In order to obtain an insightful understanding of the role Liberian Traditional Healers (THs) play and their ability to potentially collaborate with biomedical practices in meeting the health needs of Liberians, the Platform for Dialogue and Peace (P4DP), in August 2015, began consulting local actors across the country. The project’s underlining goal is to examine how Liberian THs understand Ebola and the role they play in handling it. The outcome is to explore potential alternative [healthcare] options that promote diversification, while building resilience and reactivity into the Liberian public health system.

P4DP Staff with FGD participants in Suakoko Town, Liberia

The preliminary analysis of emerging data indicates that accessibility, affordability and deep-rooted beliefs in the spiritual might of traditional healers and bush medicines make herbalists a critical component of the social puzzle. Reminiscing on the inestimable role played by traditional healers during the Ebola crisis, a participant explained: “Herbalists (traditional and spiritual healers) played major roles during the Ebola crisis. Ebola came with [symptoms] of all the common illnesses that we have here: headache, vomiting, running stomach and rashes. The herbalists were there, [fiercely] battling against it.” They provided social supports in ways that prevented further transmission of the deadly virus.

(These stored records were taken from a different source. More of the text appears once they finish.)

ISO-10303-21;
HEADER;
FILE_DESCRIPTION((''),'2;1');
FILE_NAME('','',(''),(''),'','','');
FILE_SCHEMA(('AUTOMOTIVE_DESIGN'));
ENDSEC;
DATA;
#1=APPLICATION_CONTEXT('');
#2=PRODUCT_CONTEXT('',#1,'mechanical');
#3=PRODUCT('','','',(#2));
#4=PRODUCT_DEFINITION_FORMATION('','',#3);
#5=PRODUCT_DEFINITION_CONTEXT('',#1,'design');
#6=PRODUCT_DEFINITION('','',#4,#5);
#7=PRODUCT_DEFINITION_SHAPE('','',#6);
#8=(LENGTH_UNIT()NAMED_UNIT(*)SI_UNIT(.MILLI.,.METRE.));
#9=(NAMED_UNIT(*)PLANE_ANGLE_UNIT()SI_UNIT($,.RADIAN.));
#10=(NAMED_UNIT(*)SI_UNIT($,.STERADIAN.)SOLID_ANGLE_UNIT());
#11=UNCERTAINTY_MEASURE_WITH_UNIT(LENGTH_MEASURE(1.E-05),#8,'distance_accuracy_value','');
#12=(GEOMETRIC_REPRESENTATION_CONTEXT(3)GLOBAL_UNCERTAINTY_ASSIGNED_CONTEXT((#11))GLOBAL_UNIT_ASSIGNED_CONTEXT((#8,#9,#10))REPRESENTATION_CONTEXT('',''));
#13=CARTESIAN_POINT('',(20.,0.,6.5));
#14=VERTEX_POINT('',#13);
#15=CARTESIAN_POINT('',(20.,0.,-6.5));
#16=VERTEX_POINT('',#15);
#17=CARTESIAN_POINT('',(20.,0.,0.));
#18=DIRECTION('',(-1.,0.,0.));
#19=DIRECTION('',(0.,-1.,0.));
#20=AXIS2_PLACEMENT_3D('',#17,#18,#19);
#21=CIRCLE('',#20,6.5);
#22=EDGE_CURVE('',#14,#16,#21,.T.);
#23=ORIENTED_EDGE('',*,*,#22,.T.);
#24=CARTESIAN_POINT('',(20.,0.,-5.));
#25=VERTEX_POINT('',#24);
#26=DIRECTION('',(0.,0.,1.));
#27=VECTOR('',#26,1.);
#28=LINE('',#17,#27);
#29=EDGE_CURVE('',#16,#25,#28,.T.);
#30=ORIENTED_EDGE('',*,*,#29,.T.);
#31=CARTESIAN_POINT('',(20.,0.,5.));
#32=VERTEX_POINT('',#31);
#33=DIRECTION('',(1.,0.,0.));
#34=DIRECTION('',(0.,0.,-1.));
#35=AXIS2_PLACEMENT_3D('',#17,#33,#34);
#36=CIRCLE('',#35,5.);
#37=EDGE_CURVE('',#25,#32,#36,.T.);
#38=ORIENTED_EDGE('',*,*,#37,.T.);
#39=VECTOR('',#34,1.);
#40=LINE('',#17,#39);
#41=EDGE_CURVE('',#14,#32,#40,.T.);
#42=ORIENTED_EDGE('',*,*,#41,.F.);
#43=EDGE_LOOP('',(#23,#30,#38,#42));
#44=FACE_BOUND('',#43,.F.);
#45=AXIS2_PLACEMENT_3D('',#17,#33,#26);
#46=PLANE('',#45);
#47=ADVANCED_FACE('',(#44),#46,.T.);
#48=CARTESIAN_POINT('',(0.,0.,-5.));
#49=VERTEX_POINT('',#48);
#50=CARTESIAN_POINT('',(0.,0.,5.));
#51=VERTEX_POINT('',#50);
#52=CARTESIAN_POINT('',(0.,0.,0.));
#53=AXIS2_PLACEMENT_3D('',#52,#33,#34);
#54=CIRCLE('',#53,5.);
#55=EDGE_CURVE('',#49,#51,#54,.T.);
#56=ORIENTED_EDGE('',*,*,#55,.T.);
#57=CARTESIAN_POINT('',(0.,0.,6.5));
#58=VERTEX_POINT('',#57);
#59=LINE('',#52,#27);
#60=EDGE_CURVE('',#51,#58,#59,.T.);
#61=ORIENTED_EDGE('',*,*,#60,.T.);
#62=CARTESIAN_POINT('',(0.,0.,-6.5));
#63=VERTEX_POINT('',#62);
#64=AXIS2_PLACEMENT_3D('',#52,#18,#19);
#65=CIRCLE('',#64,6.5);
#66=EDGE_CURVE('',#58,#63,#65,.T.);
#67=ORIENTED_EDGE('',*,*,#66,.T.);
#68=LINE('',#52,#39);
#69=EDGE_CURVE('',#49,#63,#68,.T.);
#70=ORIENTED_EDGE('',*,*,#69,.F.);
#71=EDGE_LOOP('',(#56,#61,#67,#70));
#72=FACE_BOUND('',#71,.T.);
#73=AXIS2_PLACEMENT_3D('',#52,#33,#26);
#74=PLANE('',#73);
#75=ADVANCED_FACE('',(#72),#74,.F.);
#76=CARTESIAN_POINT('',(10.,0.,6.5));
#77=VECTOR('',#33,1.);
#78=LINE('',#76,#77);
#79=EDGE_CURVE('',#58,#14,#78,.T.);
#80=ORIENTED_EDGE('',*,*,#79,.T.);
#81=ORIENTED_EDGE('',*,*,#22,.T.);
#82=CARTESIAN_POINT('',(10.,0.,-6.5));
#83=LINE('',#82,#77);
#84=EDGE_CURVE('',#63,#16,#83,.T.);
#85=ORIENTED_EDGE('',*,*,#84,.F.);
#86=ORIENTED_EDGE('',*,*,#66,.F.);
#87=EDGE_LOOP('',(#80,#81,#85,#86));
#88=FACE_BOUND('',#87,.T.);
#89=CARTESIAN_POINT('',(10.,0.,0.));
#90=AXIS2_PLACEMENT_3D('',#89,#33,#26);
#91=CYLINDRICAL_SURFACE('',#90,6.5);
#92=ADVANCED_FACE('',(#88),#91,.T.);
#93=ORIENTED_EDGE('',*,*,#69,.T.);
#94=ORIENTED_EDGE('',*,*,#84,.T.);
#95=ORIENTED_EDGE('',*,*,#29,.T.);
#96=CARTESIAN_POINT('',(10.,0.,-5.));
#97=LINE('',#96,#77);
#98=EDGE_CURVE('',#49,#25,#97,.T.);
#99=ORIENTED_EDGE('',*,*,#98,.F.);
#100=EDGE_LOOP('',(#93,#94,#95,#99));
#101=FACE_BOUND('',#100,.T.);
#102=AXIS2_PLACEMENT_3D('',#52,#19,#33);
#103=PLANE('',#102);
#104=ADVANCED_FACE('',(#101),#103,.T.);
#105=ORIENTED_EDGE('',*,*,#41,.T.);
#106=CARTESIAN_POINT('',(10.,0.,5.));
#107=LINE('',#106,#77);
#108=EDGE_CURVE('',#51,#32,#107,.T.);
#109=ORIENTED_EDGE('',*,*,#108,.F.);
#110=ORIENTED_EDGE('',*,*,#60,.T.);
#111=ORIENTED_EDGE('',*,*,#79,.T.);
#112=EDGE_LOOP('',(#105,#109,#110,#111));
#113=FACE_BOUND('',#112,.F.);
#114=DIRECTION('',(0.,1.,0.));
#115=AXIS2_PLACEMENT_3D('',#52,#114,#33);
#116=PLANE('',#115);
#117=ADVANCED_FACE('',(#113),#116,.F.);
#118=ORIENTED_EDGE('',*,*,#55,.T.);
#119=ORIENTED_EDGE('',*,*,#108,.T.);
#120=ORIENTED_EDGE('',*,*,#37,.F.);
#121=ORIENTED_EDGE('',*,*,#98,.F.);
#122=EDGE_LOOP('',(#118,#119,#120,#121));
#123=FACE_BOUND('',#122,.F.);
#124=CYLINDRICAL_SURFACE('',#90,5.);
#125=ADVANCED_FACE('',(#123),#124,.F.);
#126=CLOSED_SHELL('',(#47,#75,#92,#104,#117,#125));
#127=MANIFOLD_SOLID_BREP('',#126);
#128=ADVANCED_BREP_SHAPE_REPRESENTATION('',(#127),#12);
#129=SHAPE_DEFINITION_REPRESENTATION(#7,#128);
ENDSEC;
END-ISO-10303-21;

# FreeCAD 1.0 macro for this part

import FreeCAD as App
import Part
import Sketcher


def add_polygon(sketch, points):
    """Adds a closed chain of lines whose ends are joined by coincident constraints."""
    first, n = sketch.GeometryCount, len(points)
    for a, b in zip(points, points[1:] + points[:1]):
        sketch.addGeometry(Part.LineSegment(App.Vector(*a, 0), App.Vector(*b, 0)), False)
    for i in range(n):
        sketch.addConstraint(Sketcher.Constraint("Coincident", first + i, 2, first + (i + 1) % n, 1))

doc = App.newDocument("Part")
body = doc.addObject("PartDesign::Body", "Body")

sketch1 = body.newObject("Sketcher::SketchObject", "Sketch")
sketch1.AttachmentSupport = (doc.getObject("XZ_Plane"), [""])
sketch1.MapMode = "FlatFace"
add_polygon(sketch1, [(0, 6.5), (0, 5), (20, 5), (20, 6.5)])
sketch1.addConstraint([
    Sketcher.Constraint("Vertical", 0),
    Sketcher.Constraint("Horizontal", 1),
    Sketcher.Constraint("Vertical", 2),
    Sketcher.Constraint("Horizontal", 3),
    Sketcher.Constraint("PointOnObject", 0, 2, -2),
    Sketcher.Constraint("DistanceX", 1, 1, 1, 2, 20.0),
    Sketcher.Constraint("DistanceY", 0, 2, 0, 1, 1.5),
    Sketcher.Constraint("DistanceY", -1, 1, 0, 2, 5.0),
])
revolution = body.newObject("PartDesign::Revolution", "Revolution")
revolution.Profile = sketch1
revolution.ReferenceAxis = (sketch1, ["H_Axis"])
revolution.Angle = 360

sketch2 = body.newObject("Sketcher::SketchObject", "Sketch001")
sketch2.AttachmentSupport = (doc.getObject("XY_Plane"), [""])
sketch2.MapMode = "FlatFace"
add_polygon(sketch2, [(0, 0), (0, -9), (23, -9), (23, 0)])
sketch2.addConstraint([
    Sketcher.Constraint("Vertical", 0),
    Sketcher.Constraint("Horizontal", 1),
    Sketcher.Constraint("Vertical", 2),
    Sketcher.Constraint("Horizontal", 3),
    Sketcher.Constraint("Coincident", 3, 2, -1, 1),
    Sketcher.Constraint("DistanceX", 1, 1, 1, 2, 22.957573),
    Sketcher.Constraint("DistanceY", 0, 2, 0, 1, 8.518026),
])
pocket1 = body.newObject("PartDesign::Pocket", "Pocket")
pocket1.Profile = sketch2
pocket1.Type = "ThroughAll"
pocket1.Midplane = True

doc.recompute()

The qualitative study utilises Key Informant Interviews (KIIs) and Focus Group Discussion (FGD) with traditional healers and service users, in various communities, to understand how they perceive the work of THs in handling infectious disease like Ebola. One of the key challenges besides the deplorable condition of roads in most rural Liberia is the secrecy around the topic, most THs are careful and sometime do not want to release much information about their profession. However, the initial workshop produced a positive results as most of the respondents already understood the objective of the project hence spoke to researchers and provided relevant perspectives. To a larger extent, the team enjoys a warm and cordial reception in each of the communities they have collected data owing to the good work of Local Facilitators. A key unexpected appeal that repeatedly came up in all the communities consulted was the request for the government to mainstream traditional medicine with modern health care system.

In a nutshell, understanding more clearly the role of TH, with particular focus on improving integrative and governance models for the practice, could have a positive impact on health care outcomes in Liberia. Therefore the thoroughness of this study is indispensable.